El día después de Navidad, Pablo y yo empezamos a jugar con un regalo que nos habían hecho unos amigos.
En apariencia un juego de mesa más, con tablero, cartas y competitivo, a base de pruebas. Pero por supuesto no era de resolver asesinatos ni ganar puntos corriendo por las casillas, sino un divertido juego erótico con múltiples actividades para realizar en distintos días. De modo que hemos estado una semana entre ambientadores con feromonas, frotándonos el uno al otro con geles de frío y calor, adornando nuestros cuerpos con pinturas comestibles y disfrutando de las vacaciones que teníamos en estas fiestas con actividades muy pero que muy sensoriales a la vez que calentábamos la casa con nuestro amor pasional y libidinoso.
Nos hemos descubierto mutuamente puntos del cuerpo en los que no sabíamos que los lametones daban tanto placer, descubierto nuevas zonas erógenas en las que hemos investigado hasta no poder gritar más de gusto y hemos experimentado con juguetes eróticos que aún no habíamos probado.
Ha estado muy bien porque, después de largo tiempo juntos, cuando te dan algunas directrices y pautas con dinámicas diferentes para salir de la rutina, se consigue disfrutar mucho. Después de eso he estado unos días dándole vueltas a qué regalarle a Pablo para Reyes que pudiera seguir en esa línea erótica. Cualquier otro aparato o complemento sería más de lo mismo. Hasta que decidí que a veces también es indispensable volver a los orígenes, a lo sencillo, a lo más básico.
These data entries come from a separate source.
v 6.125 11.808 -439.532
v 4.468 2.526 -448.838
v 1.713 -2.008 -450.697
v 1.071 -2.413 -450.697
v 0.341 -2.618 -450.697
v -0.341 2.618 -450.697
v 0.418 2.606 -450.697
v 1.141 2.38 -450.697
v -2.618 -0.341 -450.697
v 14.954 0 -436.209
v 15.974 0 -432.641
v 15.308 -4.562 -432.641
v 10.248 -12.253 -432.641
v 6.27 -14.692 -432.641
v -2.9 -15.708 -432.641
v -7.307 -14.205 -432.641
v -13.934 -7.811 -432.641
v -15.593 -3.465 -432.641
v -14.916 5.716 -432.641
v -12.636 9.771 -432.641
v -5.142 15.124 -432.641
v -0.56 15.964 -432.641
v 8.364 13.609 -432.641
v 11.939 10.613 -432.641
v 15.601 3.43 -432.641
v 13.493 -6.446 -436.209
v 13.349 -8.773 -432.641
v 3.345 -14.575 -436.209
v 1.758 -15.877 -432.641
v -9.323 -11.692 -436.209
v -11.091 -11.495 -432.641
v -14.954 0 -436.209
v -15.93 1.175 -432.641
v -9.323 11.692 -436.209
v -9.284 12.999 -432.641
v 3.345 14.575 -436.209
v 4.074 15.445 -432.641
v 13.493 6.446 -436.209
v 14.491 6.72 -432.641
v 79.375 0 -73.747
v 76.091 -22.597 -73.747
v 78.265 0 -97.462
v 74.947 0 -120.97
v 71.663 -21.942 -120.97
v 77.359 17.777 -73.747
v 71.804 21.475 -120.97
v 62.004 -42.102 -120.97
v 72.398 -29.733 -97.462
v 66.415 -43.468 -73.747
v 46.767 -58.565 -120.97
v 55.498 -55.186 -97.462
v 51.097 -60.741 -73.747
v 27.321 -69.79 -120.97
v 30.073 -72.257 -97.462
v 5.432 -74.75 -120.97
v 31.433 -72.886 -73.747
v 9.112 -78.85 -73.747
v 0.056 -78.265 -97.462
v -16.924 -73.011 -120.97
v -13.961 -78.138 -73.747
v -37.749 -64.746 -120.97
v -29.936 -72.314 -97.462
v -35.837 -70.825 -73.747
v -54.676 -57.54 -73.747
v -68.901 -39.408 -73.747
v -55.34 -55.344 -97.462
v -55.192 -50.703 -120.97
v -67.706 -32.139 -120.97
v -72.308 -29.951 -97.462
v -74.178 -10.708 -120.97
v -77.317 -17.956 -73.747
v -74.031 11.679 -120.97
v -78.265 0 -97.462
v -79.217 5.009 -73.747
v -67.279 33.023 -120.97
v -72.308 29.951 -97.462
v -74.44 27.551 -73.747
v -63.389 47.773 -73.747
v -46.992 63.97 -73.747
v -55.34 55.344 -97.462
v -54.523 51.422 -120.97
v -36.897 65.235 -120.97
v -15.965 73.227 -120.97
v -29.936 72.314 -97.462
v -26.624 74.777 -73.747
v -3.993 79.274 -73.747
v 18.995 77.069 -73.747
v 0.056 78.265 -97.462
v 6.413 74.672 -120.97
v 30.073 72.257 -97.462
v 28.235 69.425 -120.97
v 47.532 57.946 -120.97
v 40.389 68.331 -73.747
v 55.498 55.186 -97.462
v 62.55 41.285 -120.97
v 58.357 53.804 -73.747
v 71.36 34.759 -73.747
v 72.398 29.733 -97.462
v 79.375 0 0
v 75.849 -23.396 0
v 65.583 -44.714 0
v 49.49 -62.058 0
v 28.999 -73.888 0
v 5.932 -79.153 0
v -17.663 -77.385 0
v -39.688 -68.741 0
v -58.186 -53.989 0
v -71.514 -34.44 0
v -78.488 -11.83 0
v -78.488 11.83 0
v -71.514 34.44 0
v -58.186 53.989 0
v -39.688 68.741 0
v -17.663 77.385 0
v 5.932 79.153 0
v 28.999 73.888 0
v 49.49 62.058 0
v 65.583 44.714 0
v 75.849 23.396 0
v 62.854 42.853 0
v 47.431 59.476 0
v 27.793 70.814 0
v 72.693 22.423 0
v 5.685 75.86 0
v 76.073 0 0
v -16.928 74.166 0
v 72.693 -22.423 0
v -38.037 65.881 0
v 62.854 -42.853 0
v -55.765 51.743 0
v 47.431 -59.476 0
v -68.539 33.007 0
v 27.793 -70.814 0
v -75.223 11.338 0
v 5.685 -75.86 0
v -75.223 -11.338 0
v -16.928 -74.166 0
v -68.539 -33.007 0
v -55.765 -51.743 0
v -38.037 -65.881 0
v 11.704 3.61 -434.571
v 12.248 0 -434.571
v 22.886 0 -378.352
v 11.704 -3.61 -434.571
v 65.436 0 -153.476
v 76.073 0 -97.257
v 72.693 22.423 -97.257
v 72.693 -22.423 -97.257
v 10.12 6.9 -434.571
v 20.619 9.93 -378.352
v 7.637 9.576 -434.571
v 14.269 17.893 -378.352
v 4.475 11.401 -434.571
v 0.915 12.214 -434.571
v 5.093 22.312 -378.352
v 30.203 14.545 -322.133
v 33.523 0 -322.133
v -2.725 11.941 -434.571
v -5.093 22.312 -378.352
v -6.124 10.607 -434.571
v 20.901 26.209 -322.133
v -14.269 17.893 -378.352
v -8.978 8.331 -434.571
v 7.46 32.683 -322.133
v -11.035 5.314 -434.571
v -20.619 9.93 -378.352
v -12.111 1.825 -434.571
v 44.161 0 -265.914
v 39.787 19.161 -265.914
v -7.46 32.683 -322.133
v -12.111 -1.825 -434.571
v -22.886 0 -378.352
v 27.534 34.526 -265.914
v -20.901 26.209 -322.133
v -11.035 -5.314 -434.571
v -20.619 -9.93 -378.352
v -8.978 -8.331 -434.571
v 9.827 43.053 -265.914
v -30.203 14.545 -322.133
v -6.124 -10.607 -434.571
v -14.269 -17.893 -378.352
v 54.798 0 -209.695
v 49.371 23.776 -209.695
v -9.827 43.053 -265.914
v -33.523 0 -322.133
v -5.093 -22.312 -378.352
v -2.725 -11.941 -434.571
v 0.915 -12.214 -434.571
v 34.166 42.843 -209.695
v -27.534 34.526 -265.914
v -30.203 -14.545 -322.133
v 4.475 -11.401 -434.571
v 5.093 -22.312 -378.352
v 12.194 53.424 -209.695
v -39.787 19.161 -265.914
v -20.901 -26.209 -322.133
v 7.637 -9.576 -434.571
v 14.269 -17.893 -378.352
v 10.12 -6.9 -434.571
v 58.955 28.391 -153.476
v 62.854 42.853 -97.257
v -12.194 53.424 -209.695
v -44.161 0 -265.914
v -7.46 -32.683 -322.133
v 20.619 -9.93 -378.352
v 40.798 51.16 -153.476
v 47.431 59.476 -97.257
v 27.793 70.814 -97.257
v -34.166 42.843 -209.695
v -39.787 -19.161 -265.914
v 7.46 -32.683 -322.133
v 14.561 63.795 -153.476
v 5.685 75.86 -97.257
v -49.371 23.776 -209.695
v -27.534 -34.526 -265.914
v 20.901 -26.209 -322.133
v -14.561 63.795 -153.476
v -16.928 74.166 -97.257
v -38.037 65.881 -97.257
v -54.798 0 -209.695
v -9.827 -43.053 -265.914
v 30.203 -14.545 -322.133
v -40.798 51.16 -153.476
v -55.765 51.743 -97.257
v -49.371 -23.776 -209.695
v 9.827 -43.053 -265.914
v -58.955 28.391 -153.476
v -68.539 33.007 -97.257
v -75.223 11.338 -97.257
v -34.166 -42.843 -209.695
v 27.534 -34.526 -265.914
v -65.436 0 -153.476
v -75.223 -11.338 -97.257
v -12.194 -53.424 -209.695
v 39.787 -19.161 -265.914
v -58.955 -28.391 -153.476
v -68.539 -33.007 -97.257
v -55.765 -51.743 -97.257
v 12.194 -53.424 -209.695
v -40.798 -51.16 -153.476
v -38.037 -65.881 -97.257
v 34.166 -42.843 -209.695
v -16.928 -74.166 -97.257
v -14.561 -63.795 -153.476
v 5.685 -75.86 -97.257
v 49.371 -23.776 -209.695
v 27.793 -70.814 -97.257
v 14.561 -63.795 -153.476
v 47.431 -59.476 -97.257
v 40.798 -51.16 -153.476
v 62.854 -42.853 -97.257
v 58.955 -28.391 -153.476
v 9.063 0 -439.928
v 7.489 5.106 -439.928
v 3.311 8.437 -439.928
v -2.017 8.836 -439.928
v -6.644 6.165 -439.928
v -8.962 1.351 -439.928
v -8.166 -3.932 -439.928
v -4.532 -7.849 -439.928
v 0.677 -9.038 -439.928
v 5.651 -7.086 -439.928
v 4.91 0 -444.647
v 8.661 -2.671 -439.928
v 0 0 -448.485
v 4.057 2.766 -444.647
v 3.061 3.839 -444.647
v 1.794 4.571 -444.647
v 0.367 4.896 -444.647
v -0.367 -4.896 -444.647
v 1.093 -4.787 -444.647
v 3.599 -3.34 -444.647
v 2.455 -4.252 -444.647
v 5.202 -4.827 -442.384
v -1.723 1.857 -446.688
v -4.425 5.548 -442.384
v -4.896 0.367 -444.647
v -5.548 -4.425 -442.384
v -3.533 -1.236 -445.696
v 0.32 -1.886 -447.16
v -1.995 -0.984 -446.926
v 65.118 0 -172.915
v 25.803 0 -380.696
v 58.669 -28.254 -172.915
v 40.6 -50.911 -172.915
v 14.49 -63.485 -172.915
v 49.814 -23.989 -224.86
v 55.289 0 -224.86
De tal manera que ese día, después de abrir el regalo que estaba para mí junto a los zapatos que habíamos dejado debajo del árbol, le di a Pablo un sobre con unas indicaciones bien claras escritas en la tarjeta de su interior: «Desnúdate, entra en el dormitorio y siéntate en la cama.» Me miró con su sonrisa pícara y obedeció con diligencia haciendo lo que le había pedido.
Esperé un par de minutos, para darle tensión a la escena, me desnudé yo también en el salón, y avanzando triunfal hacia el dormitorio empecé a canturrear «¡Aquí llega tu regalo!», mientras dejaba caer desde mi cuello una corbata negra larga que había encargado decorar con una frase que decía: «Cómeme el coño rapidito y déjate de jueguecitos.»